→ Given records
[Start of section]
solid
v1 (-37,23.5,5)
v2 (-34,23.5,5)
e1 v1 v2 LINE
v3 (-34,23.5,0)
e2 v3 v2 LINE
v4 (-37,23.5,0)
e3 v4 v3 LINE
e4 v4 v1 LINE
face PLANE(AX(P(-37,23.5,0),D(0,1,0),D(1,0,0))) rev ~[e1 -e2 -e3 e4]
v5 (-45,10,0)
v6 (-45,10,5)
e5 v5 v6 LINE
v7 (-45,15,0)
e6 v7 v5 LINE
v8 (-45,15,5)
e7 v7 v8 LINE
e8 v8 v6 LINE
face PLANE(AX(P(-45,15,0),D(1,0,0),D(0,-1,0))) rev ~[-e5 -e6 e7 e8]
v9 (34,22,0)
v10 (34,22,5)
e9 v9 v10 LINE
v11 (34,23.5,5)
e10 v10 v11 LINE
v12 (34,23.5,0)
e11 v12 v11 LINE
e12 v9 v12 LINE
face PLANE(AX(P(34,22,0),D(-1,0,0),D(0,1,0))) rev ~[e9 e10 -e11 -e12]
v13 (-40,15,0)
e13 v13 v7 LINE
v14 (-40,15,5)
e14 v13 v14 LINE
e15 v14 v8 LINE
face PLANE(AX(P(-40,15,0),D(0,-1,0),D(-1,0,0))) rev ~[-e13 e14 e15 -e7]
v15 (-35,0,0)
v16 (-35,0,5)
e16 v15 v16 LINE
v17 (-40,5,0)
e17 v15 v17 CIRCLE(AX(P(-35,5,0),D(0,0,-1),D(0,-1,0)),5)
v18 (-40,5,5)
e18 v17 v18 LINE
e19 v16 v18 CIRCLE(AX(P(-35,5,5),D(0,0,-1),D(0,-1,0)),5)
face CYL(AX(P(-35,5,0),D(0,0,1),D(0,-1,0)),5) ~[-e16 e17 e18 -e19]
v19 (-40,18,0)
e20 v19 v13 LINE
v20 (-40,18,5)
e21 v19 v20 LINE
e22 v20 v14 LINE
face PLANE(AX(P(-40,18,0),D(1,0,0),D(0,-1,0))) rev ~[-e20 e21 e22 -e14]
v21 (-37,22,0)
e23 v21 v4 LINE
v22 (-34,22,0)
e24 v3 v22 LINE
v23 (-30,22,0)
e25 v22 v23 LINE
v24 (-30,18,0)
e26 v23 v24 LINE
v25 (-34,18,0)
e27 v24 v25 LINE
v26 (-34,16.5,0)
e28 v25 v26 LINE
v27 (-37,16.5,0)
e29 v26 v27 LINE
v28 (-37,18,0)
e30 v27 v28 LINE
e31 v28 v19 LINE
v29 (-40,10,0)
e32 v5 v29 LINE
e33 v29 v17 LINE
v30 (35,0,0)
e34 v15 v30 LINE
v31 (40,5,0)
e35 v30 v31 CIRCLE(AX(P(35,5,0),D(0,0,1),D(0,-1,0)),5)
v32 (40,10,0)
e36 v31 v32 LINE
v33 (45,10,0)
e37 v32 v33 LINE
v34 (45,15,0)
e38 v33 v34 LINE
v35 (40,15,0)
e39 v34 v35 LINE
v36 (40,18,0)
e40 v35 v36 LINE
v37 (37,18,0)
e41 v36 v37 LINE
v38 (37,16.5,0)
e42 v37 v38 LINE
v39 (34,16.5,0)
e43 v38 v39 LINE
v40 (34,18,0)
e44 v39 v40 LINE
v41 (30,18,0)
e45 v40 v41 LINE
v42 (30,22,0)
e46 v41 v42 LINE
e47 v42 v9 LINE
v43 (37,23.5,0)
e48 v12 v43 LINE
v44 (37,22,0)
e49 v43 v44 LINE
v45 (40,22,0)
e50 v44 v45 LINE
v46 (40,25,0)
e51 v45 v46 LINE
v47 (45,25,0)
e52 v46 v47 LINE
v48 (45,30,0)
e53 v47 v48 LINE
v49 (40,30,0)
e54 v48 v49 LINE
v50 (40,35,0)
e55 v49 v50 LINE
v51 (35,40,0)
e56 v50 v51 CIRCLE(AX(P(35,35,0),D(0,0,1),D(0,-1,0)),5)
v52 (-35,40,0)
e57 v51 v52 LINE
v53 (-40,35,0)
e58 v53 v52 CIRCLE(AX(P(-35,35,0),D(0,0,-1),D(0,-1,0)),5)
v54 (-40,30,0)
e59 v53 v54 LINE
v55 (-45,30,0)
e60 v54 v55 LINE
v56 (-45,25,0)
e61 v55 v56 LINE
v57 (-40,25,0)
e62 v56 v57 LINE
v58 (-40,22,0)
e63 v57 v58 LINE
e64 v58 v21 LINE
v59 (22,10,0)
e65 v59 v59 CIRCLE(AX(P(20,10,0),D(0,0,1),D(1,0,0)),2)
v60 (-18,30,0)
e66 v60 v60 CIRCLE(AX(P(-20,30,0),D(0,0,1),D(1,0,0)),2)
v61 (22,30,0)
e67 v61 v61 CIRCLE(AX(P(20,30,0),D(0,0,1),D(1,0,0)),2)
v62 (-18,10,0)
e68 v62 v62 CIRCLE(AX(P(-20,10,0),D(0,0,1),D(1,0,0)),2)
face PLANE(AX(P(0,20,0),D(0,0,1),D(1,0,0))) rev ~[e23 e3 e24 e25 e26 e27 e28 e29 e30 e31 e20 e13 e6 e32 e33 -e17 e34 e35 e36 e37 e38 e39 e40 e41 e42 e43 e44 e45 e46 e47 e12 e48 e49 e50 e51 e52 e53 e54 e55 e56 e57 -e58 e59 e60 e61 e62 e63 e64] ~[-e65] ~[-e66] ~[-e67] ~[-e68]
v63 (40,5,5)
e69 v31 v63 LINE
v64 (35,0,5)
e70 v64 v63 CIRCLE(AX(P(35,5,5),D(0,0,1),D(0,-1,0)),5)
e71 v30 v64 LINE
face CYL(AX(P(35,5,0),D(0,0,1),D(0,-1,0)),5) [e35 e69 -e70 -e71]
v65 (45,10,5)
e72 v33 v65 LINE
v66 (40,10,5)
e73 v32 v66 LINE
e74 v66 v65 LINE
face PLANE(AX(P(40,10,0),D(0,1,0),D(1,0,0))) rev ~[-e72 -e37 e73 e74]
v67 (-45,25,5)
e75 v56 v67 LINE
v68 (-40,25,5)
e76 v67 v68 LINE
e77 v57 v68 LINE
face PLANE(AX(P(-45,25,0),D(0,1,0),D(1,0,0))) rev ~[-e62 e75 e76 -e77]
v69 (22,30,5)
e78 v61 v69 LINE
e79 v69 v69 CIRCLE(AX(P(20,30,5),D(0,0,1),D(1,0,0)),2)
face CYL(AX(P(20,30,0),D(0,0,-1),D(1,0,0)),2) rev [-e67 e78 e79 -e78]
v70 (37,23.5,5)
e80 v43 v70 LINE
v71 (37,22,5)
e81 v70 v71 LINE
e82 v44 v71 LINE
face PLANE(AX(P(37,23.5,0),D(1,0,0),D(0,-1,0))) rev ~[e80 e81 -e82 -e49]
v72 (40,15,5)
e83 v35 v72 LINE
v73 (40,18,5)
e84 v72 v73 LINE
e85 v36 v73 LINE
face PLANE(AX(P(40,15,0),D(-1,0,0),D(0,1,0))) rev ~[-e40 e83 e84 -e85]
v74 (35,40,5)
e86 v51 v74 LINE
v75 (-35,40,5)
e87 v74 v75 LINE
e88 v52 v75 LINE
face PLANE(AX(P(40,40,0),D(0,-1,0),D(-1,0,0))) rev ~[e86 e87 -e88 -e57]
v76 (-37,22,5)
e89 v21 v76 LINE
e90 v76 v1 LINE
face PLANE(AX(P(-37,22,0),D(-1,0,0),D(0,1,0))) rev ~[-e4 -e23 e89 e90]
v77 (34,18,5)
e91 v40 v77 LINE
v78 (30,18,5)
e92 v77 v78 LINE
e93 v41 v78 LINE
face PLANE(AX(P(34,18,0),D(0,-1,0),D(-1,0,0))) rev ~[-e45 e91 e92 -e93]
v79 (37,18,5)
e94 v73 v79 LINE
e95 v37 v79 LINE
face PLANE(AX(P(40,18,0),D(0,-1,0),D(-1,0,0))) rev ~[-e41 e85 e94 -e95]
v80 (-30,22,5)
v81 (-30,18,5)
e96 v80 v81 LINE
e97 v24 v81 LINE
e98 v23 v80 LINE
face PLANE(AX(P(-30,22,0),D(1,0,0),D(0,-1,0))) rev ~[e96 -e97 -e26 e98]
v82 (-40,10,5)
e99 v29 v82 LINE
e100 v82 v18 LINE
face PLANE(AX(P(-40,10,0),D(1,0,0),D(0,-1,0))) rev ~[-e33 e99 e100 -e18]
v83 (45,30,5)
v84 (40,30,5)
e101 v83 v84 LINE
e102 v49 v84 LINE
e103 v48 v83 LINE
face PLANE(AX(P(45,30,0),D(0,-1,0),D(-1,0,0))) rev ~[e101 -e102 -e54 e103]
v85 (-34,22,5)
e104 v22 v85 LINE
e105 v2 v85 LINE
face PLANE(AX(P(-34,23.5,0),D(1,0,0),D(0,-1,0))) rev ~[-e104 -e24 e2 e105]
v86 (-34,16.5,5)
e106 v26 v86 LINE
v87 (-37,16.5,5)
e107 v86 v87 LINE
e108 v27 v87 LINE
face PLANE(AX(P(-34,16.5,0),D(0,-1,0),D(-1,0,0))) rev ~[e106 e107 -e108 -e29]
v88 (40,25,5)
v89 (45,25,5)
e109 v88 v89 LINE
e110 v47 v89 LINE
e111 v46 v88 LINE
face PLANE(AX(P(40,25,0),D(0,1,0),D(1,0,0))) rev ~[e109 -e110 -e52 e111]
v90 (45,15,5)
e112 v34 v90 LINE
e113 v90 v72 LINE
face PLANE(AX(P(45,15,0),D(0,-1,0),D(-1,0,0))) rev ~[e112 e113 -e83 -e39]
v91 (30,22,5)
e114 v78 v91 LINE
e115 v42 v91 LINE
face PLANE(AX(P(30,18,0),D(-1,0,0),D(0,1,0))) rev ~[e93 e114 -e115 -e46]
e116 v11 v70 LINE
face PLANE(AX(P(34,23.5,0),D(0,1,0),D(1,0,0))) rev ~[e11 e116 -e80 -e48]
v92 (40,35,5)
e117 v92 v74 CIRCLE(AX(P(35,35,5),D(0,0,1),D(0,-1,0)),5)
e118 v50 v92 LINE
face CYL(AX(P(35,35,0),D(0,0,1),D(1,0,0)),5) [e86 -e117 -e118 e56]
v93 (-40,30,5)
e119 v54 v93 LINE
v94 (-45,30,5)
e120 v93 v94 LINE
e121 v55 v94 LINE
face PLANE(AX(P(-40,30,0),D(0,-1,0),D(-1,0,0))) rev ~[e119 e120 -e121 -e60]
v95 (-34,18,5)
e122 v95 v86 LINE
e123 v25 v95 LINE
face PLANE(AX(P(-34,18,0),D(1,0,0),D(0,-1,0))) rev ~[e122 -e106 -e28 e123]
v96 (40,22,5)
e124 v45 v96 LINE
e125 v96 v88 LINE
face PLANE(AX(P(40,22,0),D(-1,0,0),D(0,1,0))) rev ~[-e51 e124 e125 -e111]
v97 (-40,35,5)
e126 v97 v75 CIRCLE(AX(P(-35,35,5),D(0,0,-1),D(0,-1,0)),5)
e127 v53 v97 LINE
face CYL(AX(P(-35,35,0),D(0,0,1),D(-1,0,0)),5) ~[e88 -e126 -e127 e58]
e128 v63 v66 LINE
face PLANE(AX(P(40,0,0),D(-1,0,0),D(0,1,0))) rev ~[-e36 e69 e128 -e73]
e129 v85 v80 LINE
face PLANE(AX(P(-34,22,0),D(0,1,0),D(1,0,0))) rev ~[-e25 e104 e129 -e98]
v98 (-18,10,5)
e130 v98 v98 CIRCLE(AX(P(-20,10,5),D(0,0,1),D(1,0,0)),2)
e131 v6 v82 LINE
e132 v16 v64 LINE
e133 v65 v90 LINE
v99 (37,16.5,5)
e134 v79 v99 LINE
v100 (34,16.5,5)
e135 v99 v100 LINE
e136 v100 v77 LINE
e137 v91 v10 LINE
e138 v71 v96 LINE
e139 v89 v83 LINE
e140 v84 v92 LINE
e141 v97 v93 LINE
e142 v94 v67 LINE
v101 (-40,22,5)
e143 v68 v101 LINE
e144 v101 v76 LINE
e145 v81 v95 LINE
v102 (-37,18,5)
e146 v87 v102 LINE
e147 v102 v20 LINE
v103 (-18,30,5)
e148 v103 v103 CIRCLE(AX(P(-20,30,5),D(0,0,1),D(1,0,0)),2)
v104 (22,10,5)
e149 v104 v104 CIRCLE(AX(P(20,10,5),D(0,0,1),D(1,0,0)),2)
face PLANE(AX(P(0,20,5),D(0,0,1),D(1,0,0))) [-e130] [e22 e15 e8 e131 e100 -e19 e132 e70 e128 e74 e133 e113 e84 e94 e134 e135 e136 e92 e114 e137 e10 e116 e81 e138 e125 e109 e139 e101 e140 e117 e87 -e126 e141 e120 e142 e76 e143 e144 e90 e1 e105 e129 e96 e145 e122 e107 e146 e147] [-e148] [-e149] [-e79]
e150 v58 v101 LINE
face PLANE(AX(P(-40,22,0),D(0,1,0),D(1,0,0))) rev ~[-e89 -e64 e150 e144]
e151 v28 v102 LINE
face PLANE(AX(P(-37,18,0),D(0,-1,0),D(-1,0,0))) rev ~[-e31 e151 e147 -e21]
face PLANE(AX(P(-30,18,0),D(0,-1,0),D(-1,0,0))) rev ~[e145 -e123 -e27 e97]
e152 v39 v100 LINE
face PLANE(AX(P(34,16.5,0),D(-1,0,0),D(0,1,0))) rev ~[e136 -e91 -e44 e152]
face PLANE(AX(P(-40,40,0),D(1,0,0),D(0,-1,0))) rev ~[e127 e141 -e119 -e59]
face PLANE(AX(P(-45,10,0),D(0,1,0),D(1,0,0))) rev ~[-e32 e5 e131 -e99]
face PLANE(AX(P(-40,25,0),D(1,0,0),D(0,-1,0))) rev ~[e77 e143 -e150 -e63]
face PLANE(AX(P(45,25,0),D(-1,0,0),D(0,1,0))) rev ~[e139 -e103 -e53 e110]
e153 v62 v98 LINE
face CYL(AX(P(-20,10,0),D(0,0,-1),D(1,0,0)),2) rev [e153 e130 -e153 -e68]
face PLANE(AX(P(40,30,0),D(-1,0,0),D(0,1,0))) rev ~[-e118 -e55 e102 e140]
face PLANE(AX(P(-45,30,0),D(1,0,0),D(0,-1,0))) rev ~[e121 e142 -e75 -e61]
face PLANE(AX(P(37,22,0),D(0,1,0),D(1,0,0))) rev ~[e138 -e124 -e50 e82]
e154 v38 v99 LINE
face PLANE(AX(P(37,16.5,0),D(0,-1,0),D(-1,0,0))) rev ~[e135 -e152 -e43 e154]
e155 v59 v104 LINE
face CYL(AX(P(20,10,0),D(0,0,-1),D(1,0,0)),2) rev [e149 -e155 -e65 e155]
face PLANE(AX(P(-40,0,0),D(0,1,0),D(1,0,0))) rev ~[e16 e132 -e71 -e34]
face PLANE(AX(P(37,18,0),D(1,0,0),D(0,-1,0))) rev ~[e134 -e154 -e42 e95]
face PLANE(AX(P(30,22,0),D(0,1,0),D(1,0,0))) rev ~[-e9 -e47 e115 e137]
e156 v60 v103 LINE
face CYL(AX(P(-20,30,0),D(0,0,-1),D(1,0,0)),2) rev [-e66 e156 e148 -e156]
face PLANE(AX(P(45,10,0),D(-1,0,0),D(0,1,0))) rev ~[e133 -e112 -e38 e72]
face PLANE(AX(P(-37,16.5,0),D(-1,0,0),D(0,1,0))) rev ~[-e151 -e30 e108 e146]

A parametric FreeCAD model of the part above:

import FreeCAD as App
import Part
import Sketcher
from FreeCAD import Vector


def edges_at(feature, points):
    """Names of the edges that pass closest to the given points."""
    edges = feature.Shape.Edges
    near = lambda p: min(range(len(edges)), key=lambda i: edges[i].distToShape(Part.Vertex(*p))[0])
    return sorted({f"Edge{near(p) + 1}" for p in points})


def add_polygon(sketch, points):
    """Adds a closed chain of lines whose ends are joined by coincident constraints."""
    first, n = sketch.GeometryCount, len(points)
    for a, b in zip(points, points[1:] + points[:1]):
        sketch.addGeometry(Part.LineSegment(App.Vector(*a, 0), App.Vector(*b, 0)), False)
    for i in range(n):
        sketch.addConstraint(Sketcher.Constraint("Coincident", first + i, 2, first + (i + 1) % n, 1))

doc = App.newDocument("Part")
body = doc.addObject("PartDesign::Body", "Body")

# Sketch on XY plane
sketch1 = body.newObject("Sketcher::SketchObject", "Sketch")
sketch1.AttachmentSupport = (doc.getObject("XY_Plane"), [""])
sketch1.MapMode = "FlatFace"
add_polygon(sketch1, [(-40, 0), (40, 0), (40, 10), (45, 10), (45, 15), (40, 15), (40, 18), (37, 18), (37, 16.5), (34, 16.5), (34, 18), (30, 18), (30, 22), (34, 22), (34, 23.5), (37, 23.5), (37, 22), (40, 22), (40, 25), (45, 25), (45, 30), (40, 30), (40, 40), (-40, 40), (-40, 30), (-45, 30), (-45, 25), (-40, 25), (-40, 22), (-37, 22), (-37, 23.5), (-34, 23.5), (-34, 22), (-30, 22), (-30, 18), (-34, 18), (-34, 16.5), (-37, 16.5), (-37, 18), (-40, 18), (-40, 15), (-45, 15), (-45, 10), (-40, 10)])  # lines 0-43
[End of section]
→ Exercise prompt
Take the listing above and repeat exactly the lines from the one containing "face CYL(AX(P(-35,5,0),D(0,0,1),D(0,-1,0)),5) ~[-e16" through the one containing "v26 (-34,16.5,0)", both included.

→ Solution
face CYL(AX(P(-35,5,0),D(0,0,1),D(0,-1,0)),5) ~[-e16 e17 e18 -e19]
v19 (-40,18,0)
e20 v19 v13 LINE
v20 (-40,18,5)
e21 v19 v20 LINE
e22 v20 v14 LINE
face PLANE(AX(P(-40,18,0),D(1,0,0),D(0,-1,0))) rev ~[-e20 e21 e22 -e14]
v21 (-37,22,0)
e23 v21 v4 LINE
v22 (-34,22,0)
e24 v3 v22 LINE
v23 (-30,22,0)
e25 v22 v23 LINE
v24 (-30,18,0)
e26 v23 v24 LINE
v25 (-34,18,0)
e27 v24 v25 LINE
v26 (-34,16.5,0)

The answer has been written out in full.